The critics taking an interest in Flati's work so far have highlighted elements that are unquestionably indispensable if we are to approach his world suitably equipped. Flati has described himself as "shipwrecked by a freak wave of history", and this metaphorical image of the wave and shipwreck already says a great deal about the artist's deep and agonized longing to form part of an implicit dynamism whereby art can and indeed must take on the character of the turbulence and uncontrollable energy unleashed by a storm at sea. And it is precisely the theme of energy that constantly underpins his work. According to a thesis that the artist wholeheartedly espouses and seeks to assert concretely in his work as a painter, this is a dimension that sweeps through all the arts. Attention has thus been drawn to the presence in his oeuvre as a whole of a propulsive force that seems to spring from the primal origin of things, prompting him to think and formulate a kind of "biogenetic landscape" (as Duccio Trombadori describes it) produced by a sort of inner fire that reminds the artist of the poetic world of Mario Luzi. Rightly and repeatedly echoed and cited in his work, what Sandro Dell'Orco aptly calls this "Hermetic-Orphic" world is one that Flati feels so deeply as to make it the substance of his form of artistic expression.

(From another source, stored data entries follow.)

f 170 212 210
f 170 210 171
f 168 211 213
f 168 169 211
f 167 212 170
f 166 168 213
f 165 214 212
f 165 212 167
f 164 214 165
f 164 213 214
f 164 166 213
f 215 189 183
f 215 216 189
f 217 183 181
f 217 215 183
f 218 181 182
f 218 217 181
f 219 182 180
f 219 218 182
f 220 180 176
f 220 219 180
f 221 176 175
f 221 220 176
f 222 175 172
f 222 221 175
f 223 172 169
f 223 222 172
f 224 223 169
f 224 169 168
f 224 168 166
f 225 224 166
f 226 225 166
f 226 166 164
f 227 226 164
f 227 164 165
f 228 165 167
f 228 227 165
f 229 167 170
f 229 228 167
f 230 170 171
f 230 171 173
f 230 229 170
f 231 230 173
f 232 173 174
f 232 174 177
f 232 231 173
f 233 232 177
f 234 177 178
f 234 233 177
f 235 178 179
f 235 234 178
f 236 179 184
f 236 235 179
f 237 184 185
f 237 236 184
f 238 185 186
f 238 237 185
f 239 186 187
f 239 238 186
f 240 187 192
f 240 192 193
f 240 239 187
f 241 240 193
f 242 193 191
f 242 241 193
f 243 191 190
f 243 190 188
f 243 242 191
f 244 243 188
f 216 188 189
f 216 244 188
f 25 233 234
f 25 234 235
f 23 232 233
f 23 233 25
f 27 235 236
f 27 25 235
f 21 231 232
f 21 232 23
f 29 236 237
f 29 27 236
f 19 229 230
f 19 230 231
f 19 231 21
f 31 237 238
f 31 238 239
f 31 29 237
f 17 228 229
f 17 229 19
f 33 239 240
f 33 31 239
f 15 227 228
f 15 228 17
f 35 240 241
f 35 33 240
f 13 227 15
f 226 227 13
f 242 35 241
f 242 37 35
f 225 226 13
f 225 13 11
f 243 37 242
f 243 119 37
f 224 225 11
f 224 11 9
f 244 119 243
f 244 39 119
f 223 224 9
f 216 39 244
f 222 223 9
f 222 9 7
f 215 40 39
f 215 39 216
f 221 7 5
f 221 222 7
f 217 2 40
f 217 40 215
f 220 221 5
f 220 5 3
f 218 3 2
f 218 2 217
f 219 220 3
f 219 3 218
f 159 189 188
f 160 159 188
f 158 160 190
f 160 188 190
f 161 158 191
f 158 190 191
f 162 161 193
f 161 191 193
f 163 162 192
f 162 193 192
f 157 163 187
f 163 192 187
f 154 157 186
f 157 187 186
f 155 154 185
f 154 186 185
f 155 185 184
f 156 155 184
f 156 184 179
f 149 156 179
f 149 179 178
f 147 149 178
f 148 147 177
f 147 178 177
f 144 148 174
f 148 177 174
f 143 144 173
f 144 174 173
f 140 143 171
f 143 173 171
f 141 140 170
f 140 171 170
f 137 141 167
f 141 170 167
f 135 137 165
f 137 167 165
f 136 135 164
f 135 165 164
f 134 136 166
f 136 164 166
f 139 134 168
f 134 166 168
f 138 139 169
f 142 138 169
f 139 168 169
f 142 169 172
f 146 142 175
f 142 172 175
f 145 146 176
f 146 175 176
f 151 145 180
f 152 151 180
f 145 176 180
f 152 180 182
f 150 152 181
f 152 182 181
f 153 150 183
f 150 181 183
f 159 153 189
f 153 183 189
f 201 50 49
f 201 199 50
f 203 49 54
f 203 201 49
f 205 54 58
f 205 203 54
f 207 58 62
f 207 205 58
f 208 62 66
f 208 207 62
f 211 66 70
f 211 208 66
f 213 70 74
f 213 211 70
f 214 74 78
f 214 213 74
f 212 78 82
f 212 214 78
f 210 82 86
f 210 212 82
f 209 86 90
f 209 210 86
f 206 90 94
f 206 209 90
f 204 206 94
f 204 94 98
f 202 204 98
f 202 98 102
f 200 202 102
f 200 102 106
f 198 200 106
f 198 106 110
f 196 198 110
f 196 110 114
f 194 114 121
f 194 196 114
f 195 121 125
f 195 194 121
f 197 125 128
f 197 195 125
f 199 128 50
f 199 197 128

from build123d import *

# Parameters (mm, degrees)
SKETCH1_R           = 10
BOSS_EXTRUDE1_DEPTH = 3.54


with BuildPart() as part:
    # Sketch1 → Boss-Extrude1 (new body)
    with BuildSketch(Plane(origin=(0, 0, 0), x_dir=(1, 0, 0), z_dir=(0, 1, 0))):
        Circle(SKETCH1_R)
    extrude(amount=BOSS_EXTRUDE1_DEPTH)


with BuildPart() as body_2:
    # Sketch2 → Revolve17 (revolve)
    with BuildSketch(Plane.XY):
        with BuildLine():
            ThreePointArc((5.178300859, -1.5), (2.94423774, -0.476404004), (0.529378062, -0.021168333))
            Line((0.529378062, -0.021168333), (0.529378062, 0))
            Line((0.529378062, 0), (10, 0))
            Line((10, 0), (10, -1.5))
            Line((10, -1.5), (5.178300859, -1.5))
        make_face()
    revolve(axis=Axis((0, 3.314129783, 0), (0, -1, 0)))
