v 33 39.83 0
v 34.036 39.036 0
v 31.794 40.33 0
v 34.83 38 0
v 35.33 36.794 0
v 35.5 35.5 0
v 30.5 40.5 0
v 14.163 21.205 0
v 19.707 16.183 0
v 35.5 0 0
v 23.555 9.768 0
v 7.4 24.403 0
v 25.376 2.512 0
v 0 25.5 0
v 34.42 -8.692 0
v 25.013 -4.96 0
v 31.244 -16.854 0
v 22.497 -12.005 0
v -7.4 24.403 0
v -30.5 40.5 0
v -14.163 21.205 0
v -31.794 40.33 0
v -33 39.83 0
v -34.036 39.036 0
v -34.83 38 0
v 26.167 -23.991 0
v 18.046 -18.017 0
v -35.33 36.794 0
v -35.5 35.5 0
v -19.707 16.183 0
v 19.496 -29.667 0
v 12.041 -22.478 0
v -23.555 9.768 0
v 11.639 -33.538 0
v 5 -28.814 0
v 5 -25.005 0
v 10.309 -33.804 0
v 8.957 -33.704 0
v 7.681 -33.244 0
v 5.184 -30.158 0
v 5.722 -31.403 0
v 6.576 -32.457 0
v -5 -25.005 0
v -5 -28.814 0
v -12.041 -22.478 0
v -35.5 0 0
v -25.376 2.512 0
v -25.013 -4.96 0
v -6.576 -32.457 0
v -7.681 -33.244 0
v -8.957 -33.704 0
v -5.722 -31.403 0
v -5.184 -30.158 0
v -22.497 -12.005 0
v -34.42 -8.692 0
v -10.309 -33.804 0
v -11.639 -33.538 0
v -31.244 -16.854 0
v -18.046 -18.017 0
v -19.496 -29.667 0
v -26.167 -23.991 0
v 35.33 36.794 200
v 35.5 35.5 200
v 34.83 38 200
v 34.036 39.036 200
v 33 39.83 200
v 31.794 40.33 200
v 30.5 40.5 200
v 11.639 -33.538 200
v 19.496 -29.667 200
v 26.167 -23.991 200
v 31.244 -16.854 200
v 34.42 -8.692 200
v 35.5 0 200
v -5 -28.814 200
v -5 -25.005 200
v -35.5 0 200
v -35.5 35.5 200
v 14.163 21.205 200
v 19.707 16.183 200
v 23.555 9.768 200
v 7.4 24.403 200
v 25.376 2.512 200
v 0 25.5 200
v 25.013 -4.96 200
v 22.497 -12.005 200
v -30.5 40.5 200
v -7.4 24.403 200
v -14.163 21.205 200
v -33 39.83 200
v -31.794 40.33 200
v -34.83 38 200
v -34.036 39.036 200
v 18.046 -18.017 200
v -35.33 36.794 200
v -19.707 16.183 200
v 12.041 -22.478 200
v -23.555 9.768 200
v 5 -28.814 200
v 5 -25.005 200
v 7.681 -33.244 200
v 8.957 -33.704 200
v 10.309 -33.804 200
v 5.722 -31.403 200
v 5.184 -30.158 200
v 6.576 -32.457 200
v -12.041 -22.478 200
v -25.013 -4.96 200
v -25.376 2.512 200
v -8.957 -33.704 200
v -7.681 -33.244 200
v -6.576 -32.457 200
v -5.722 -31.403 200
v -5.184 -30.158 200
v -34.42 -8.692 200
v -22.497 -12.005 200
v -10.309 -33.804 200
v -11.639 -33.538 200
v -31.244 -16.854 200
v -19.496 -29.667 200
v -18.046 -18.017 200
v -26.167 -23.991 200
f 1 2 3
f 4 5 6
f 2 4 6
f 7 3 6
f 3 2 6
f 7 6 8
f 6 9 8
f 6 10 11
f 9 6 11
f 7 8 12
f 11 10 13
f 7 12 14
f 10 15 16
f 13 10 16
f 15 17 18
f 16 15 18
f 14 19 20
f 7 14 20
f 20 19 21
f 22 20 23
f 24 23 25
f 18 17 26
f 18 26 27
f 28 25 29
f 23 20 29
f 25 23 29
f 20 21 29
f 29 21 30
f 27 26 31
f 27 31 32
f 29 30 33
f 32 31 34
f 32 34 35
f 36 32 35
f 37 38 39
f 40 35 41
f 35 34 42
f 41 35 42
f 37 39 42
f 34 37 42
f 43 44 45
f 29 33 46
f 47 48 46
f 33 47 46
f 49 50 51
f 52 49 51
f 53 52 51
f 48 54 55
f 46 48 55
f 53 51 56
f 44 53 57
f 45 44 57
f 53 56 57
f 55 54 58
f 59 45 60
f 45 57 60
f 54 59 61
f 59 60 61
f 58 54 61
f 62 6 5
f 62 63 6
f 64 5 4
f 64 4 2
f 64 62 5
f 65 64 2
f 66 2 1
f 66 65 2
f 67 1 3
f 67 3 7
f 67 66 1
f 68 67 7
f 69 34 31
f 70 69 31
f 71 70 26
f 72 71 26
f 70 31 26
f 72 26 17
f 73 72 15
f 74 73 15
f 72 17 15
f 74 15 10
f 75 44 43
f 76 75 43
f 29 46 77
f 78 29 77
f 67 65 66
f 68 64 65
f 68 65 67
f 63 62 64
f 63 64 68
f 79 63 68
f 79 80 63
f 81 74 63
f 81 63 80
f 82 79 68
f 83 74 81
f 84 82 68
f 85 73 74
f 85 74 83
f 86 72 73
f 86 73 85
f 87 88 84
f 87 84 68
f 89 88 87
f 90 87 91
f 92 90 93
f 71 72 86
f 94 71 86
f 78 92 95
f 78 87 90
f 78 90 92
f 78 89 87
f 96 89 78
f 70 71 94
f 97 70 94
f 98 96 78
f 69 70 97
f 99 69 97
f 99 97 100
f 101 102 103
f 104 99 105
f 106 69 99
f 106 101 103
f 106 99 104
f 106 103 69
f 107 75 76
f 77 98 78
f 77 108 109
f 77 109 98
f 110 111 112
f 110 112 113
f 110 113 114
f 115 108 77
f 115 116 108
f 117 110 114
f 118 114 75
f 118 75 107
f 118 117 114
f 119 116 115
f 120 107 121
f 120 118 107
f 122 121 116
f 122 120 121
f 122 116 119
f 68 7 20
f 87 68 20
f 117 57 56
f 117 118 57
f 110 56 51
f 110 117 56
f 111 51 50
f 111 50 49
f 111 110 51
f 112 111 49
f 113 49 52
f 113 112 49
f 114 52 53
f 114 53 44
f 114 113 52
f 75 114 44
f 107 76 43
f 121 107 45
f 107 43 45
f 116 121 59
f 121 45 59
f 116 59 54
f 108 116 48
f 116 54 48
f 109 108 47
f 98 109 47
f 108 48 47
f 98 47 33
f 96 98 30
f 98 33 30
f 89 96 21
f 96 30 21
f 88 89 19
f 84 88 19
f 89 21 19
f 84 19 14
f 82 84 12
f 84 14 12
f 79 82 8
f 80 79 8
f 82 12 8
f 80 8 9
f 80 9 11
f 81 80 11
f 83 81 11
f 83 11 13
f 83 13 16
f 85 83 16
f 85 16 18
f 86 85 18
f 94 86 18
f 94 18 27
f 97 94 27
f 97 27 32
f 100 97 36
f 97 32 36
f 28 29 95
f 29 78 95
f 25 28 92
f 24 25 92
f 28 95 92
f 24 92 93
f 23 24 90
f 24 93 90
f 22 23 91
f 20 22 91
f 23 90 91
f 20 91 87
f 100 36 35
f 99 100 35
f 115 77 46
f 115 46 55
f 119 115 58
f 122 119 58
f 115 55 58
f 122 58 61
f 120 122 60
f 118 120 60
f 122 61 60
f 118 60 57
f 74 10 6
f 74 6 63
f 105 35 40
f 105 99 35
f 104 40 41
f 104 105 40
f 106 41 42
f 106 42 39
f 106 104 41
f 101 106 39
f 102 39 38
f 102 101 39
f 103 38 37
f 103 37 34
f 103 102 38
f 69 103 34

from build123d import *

# Parameters (mm, degrees)
F1_DEPTH = 200
F2_R     = 5
F3_DEPTH = 5
F4_R     = 5


with BuildPart() as f1:
    # F0 (on Top) → F1 (new body)
    with BuildSketch(Plane.XY):
        with BuildLine():
            ThreePointArc((-5, -25.0049995001), (0, 25.5), (5, -25.0049995001))
            Line((5, -25.0049995001), (5, -35.1461235416))
            ThreePointArc((5, -35.1461235416), (26.8118443976, -23.2674665574), (35.5, 0))
            Line((35.5, 0), (35.5, 35.5))
            Line((35.5, 35.5), (0, 35.5))
            Line((0, 35.5), (-35.5, 35.5))
            Line((-35.5, 35.5), (-35.5, 0))
            ThreePointArc((-35.5, 0), (-26.8118443976, -23.2674665574), (-5, -35.1461235416))
            Line((-5, -35.1461235416), (-5, -25.0049995001))
        make_face()
    extrude(amount=F1_DEPTH)

    # F2
    f2_edges = [f1.edges().sort_by_distance(p)[0] for p in [
        (-5, -35.146124, 100),
        (5, -35.146124, 100),
    ]]
    fillet(f2_edges, radius=F2_R)

    # F3 (add): a face of the model
    f3_faces = [f1.faces().sort_by_distance(p)[0] for p in [
        (0, 35.5, 100),
    ]]
    extrude(f3_faces, amount=F3_DEPTH)

    # F4
    f4_edges = [f1.edges().sort_by_distance(p)[0] for p in [
        (35.5, 40.5, 100),
        (-35.5, 40.5, 100),
    ]]
    fillet(f4_edges, radius=F4_R)


solid = f1.part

Luzi also possessed this extraordinary combination of down-to-earth wisdom and striving for the sublime, which gave rise in his case to one of the 20th century's most important poetic experiences. Flati has the soul of a true poet, seeing figuration as a "system" capable of generating lofty thoughts and subtle emotions. Hence his impassioned works with titles designed to guide the viewer to what is essential. The discourse is thus about the world and time, abysses and chasms, residues and destiny, with allusions to the algebraic and quantum-theoretical dimension for a possible interpretation of the universe, as though his painting were intrinsically impelled to anchor itself to certain keywords capable of providing guidance in deciphering the pictorial whole and effectively serving to make this very particular experience something that closely affects and involves each of us. The viewer is then left the greatest freedom of approach within this possible framework of interpretation. Flati's art is like a journey in outer space, where the voyager observes the universe opening up before him with a mixture of concern and excitement, fear and enthusiasm. While he does not and cannot understand it completely, he does realize what the container of all knowledge is actually like, given the possibility of moving from the macrocosm to the microcosm in the same way. There is in actual fact no real difference but rather a continuous and fascinating system of correspondences. Looking at Flati's works is like carrying out manoeuvres to approach or move away from heavenly bodies that appear and disappear, kaleidoscopic shapes that constantly come together and fall apart, prompting us to see or feel fire and water, heavens and immeasurable expanses of space, lights and shadows beyond the immediate surface of things.
In short, Flati is a creator of forms within which we glimpse connections that are deeper and yet clearly perceptible because they arise coherently from a single principle of identification, where age-old wisdom and a futuristic probing of new possibilities meet and meld with no friction and no incomprehension.